The value of synergic effect S = D/D₀ (D and D₀ are distribution ratios of REE(III) in the presence and in the absence of IL in organic phase) decreases when [HNO₃] rises. Thus, upon extraction of Eu(III), the value of S decreases from 2150 to 2.2 when [HNO₃] increases from 0.3 to 3 mol/L. The character of D_Ln–Z dependence for REE(III) extraction from nitric acid solutions with solutions of compound I in IL and dichloroethane considerably differs (Fig. 6). One can see that the extraction selectivity of heavy REE(III) in the system with IL is higher than on the use of dichloroethane as a solvent: the values of β_Lu/Sm in these systems are 70.5 and 6.0, respectively.

Fig. 6.

Distribution ratios of REE(III) upon extraction from 3 M HNO₃ solutions with 0.1 M solutions of compound I in (1) IL and (2) dichloroethane.

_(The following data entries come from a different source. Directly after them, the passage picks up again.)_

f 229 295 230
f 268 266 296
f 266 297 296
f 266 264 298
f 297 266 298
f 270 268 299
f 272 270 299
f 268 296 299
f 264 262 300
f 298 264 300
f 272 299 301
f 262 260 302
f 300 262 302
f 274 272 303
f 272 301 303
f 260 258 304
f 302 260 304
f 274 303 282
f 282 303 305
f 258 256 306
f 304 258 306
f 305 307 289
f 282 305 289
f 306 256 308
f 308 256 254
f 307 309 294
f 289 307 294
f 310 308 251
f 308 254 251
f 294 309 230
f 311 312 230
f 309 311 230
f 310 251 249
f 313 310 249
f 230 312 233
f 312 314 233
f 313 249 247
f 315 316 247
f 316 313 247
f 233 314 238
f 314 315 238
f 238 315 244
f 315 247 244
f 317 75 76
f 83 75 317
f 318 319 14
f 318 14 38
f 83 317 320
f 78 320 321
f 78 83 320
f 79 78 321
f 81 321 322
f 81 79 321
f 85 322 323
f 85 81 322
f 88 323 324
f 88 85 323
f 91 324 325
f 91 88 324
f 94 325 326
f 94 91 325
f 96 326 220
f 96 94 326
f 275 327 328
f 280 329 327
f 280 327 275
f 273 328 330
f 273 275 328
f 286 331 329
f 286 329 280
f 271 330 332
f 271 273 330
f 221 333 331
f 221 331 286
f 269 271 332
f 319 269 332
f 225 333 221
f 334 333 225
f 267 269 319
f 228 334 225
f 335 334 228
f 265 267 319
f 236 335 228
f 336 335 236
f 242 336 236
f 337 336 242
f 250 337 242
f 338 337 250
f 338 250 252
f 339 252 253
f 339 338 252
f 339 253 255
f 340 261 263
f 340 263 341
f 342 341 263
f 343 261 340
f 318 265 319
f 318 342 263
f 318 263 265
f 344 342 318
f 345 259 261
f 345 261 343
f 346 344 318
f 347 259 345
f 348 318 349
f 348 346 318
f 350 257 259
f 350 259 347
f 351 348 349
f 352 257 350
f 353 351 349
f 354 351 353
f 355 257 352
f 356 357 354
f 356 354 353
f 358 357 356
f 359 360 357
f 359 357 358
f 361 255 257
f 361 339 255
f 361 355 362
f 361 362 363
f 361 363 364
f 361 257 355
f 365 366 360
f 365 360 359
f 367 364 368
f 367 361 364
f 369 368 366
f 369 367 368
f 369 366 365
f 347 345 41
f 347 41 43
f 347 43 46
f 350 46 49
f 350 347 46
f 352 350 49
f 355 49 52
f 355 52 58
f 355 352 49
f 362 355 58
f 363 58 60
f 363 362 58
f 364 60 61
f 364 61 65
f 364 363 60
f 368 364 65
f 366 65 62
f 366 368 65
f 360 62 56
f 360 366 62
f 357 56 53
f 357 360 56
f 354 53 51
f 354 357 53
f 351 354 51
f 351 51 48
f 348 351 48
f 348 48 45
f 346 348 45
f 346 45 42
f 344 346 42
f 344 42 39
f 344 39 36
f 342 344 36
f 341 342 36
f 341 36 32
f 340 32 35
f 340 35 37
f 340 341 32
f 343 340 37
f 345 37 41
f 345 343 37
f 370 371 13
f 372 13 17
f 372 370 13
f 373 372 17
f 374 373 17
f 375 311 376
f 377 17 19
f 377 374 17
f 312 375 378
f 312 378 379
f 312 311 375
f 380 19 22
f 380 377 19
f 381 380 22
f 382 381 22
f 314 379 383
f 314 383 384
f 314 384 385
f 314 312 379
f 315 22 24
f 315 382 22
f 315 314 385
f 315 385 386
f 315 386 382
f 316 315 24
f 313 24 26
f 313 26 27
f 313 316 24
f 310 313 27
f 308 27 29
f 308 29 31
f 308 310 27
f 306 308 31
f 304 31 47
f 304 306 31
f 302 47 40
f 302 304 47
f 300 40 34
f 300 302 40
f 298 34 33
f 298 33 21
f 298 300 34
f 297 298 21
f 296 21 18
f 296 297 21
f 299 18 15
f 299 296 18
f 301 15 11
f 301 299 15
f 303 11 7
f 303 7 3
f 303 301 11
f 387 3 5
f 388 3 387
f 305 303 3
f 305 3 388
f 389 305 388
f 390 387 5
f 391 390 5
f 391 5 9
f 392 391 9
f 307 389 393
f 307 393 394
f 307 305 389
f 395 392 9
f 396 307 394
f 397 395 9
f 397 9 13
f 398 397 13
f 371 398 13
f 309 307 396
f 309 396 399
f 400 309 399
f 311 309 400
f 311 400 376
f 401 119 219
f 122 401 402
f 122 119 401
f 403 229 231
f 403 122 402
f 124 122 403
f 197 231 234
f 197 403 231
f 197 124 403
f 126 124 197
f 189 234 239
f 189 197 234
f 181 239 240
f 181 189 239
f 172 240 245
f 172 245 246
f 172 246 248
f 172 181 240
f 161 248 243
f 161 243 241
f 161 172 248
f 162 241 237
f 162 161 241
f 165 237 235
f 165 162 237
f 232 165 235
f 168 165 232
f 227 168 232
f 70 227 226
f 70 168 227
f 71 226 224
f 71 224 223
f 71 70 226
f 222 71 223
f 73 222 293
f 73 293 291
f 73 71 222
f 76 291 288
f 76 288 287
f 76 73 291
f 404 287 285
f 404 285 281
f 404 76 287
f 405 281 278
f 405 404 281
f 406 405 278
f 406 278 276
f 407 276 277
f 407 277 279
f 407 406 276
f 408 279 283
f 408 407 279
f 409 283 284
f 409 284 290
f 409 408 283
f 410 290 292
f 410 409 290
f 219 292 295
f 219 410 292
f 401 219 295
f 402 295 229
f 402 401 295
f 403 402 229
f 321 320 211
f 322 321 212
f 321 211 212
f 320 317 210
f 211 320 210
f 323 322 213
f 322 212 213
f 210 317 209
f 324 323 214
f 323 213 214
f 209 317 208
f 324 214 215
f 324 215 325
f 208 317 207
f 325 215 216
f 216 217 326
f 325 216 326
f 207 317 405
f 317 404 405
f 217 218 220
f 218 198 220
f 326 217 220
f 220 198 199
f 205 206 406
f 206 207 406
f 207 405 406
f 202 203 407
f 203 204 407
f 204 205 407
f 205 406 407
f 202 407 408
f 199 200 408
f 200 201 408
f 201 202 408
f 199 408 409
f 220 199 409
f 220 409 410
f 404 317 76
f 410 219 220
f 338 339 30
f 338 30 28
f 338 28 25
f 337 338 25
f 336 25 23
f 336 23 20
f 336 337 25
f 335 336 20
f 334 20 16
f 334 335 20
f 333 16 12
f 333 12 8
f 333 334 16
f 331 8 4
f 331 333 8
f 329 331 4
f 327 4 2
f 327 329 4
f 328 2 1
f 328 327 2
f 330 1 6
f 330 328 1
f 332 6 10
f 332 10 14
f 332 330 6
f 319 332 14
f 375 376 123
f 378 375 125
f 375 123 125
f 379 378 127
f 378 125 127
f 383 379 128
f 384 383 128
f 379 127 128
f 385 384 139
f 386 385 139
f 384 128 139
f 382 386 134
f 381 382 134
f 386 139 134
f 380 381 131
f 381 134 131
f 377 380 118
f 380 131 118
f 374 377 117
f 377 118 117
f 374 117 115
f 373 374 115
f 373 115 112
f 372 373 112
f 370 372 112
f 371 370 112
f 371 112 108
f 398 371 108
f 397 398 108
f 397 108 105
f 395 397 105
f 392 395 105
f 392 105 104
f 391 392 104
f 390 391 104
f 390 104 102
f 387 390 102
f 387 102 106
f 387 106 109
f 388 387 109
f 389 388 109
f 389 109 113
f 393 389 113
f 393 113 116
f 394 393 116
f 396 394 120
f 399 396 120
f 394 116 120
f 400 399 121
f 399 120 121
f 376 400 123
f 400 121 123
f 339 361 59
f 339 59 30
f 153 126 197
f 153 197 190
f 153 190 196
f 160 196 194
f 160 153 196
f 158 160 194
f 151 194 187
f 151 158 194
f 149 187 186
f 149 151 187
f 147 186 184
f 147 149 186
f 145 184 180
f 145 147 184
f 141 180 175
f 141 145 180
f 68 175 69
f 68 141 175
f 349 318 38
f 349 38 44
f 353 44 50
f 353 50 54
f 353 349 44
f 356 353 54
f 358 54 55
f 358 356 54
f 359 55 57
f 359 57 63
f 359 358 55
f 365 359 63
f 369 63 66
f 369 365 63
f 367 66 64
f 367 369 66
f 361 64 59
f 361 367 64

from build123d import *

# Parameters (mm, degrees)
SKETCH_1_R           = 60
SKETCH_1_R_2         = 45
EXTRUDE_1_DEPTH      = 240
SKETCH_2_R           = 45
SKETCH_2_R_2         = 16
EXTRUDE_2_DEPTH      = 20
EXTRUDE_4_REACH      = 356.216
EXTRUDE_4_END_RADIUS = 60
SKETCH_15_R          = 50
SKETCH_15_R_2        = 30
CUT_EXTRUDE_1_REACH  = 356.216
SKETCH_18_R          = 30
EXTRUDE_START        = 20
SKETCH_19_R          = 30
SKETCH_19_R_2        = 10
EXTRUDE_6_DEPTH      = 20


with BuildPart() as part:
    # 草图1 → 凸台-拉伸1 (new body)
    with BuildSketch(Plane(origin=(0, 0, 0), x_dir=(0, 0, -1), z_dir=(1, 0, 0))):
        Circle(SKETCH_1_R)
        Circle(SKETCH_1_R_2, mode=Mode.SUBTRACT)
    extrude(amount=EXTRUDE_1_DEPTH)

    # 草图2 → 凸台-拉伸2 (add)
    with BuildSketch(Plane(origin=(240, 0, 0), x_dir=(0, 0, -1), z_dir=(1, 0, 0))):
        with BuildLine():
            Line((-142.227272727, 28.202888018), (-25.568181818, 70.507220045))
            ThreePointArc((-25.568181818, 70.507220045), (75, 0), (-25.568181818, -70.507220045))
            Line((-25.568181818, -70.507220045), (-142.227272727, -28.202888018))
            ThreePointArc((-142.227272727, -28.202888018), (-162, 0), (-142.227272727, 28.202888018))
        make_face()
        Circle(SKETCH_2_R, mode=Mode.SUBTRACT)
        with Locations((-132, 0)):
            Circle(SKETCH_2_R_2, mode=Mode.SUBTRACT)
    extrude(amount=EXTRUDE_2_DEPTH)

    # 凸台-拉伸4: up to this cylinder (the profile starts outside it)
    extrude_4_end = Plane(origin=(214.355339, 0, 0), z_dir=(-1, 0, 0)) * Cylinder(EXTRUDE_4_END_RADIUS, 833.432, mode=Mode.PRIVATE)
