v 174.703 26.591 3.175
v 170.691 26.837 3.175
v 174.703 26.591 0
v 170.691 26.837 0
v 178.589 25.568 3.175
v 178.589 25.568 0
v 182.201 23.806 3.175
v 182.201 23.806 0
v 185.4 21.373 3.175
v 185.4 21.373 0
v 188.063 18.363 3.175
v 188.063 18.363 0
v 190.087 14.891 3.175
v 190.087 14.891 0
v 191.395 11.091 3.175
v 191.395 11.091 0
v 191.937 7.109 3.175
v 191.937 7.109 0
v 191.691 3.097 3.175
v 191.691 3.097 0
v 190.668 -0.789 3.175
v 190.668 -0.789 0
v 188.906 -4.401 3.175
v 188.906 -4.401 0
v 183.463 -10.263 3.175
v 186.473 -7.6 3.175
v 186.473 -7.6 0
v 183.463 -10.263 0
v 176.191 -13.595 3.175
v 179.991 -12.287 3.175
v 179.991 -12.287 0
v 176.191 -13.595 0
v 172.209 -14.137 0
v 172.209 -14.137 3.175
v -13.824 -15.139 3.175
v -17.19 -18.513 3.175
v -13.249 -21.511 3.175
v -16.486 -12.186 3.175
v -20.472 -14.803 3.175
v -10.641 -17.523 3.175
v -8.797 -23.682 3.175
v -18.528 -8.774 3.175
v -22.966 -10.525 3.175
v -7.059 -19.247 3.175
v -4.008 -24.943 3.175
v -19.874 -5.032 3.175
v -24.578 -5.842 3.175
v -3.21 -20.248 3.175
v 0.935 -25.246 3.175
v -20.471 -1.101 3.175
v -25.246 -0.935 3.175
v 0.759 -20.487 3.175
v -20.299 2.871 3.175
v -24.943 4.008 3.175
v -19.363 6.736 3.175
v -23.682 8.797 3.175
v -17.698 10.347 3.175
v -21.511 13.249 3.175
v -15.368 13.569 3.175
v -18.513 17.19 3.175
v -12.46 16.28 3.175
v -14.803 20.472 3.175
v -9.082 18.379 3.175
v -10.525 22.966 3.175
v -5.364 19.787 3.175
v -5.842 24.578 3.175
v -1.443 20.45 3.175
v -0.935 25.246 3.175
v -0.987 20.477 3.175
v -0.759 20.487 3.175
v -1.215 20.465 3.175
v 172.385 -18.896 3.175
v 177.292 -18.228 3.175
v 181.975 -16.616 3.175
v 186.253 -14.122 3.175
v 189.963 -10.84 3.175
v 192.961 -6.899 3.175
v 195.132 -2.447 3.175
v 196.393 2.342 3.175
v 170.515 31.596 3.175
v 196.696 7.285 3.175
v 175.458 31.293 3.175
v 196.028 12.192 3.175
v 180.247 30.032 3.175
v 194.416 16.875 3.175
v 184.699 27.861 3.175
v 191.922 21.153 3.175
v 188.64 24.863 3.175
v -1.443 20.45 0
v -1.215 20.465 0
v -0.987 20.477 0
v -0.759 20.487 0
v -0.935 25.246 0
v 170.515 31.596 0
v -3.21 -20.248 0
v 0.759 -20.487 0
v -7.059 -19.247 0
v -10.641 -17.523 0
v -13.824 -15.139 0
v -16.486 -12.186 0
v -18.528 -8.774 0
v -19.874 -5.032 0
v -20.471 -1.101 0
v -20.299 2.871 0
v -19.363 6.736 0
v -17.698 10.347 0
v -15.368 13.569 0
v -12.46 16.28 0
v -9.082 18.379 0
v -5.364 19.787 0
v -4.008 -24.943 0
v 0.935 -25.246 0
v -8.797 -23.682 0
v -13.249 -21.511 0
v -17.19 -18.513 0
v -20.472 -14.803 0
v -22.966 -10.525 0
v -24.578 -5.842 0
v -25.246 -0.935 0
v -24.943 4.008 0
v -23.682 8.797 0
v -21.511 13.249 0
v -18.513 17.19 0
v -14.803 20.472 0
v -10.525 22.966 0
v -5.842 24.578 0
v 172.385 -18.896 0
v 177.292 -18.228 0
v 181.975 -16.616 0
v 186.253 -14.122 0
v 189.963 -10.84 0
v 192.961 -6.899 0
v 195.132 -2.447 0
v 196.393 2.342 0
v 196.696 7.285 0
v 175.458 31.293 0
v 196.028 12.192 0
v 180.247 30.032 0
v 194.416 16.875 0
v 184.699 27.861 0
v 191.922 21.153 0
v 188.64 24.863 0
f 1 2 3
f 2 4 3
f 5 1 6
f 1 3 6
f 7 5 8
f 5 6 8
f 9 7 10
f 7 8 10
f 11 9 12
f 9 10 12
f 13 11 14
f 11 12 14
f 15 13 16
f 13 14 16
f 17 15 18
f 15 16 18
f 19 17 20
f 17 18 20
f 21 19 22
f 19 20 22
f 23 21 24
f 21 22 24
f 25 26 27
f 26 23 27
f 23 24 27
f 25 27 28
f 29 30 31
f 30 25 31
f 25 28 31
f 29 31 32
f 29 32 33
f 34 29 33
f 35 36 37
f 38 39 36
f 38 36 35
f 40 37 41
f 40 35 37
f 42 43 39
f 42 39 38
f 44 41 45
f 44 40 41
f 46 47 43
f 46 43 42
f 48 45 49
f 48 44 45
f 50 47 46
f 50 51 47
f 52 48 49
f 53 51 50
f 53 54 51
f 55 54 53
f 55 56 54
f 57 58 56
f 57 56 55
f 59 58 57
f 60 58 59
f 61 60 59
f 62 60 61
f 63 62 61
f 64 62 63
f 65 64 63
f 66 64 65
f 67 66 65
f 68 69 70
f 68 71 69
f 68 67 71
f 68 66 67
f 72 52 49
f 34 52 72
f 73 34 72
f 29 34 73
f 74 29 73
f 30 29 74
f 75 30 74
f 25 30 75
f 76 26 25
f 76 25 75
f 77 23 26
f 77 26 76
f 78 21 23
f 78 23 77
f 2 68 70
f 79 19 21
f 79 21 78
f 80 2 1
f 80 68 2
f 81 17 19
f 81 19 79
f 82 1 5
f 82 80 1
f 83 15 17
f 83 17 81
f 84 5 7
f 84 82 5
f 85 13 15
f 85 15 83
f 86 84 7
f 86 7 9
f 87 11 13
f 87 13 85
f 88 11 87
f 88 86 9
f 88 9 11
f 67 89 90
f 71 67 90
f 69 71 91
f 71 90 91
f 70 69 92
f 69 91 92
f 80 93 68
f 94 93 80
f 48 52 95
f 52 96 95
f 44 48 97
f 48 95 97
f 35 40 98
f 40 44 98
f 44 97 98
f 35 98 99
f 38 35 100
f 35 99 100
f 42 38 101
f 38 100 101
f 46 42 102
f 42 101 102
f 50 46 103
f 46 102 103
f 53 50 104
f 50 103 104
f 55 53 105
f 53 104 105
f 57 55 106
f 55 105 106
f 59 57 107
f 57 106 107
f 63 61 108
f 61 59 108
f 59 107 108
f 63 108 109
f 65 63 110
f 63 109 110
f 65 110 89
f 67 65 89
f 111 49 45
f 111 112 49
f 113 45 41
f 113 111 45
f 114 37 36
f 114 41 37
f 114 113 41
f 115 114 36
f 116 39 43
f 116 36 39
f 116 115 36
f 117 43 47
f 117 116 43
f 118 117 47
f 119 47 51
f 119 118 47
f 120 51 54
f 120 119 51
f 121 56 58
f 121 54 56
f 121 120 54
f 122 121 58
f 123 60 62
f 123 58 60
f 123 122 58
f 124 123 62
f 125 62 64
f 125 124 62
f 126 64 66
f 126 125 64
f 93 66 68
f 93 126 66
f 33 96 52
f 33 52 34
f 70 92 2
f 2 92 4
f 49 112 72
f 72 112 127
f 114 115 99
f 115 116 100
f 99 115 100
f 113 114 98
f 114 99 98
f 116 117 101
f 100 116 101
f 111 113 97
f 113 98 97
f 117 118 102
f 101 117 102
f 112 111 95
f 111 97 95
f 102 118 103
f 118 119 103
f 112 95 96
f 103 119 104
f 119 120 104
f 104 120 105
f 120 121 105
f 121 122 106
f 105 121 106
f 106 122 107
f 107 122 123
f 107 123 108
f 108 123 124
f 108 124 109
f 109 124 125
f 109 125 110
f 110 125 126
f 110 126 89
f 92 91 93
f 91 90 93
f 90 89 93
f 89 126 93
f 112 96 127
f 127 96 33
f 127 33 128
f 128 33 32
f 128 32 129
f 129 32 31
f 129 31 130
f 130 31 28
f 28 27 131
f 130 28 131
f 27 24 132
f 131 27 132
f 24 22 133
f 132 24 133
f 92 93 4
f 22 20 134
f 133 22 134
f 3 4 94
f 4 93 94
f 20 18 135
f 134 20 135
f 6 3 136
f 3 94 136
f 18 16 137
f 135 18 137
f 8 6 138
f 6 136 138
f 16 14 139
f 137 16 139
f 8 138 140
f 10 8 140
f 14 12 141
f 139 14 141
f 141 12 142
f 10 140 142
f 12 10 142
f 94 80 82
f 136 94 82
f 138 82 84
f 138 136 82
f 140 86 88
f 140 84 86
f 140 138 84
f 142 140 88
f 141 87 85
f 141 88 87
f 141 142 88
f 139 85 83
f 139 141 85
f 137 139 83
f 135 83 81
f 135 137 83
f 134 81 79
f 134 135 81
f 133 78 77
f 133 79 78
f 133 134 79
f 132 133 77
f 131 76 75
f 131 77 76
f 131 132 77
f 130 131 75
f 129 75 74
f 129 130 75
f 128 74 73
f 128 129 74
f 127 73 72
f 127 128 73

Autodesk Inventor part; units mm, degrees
ref_plane "YZ Plane" through (0, 0, 0) normal (1, 0, 0) x (0, 1, 0)
ref_plane "XZ Plane" through (0, 0, 0) normal (0, 1, 0) x (-1, 0, 0)
ref_plane "XY Plane" through (0, 0, 0) normal (0, 0, 1) x (1, 0, 0)
sketch "Sketch1" plane through (0, 0, 0) normal (0, 0, 1) x (1, 0, 0)
  arc A0 (3.487, 25.0215) -> (1.7914, 25.1997) centre (0, 0) ccw
  arc A1 (5.6634, 19.703) -> (-1.4432, 20.4499) centre (0, 0) ccw
  arc A2 (164.4584, 30.6266) -> (162.8369, 30.0997) centre (171.45, 6.35) ccw
  arc A3 (168.6099, 26.6531) -> (161.8138, 24.4449) centre (171.45, 6.35) ccw
  arc A4 (172.385, -18.896) -> (170.515, 31.596) centre (171.45, 6.35) ccw
  arc A5 (172.2088, -14.1368) -> (170.6912, 26.8368) centre (171.45, 6.35) ccw
  arc A6 (-0.935, 25.246) -> (0.935, -25.246) centre (0, 0) ccw
  arc A7 (-0.7588, 20.4868) -> (0.7588, -20.4868) centre (0, 0) ccw
  line L0 (-0.935, 25.246) -> (170.515, 31.596)
  line L1 (0.935, -25.246) -> (172.385, -18.896)
  line L2 (-0.7588, 20.4868) -> (170.6912, 26.8368)
  line L3 (0.7588, -20.4868) -> (172.2088, -14.1368)
  point P0 (0, 0)
extrude "Extrusion1" add sketch "Sketch1" along normal blind 3.175
properties part number "Chain"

Stoichiometric ratio REE(III) : I in the complexes extracted in the presence of IL vary from 1 : 3 to 1 : 2 as HNO₃ concentration in aqueous phase increases (Fig. 7), i.e., the system with IL displays the growth of solvation numbers in extracted complexes as compared with extraction with solutions of compound I in dichloroethane (Fig. 3). This is due to low coordination ability of Tf₂N^– ions [43], which seem to occupy outer coordination sphere of extracted complex, whereas REE(III) ions in the absence of IL are extracted with compounds I–III as coordination-solvated nitrates LnL_s(NO₃)₃ (s = 1, 2) where \({\text{NO}}_{3}^{ - }\) ions coordinate to Ln³⁺ ions [36].

Fig. 7.

Dependences of Eu(III) distribution ratios on compound I concentration in IL upon extraction from (1) 0.1, (2) 1.0, and (3) 3.0 M HNO₃ solutions.

CONCLUSIONS

The presented data shows that the extraction ability of PP toward REE(III) increases in the series of compounds I < III < II. The efficiency and selectivity of REE(III) extraction with diethyl 2-[(diphenylphosphoryl)methoxy]-5-ethylphenylphosphonate from nitric acid solutions considerably rises in the presence of ionic liquid, 1-butyl-3-methylimidazolium bis[(trifluoromethyl)sulfonyl]imide, in organic phase.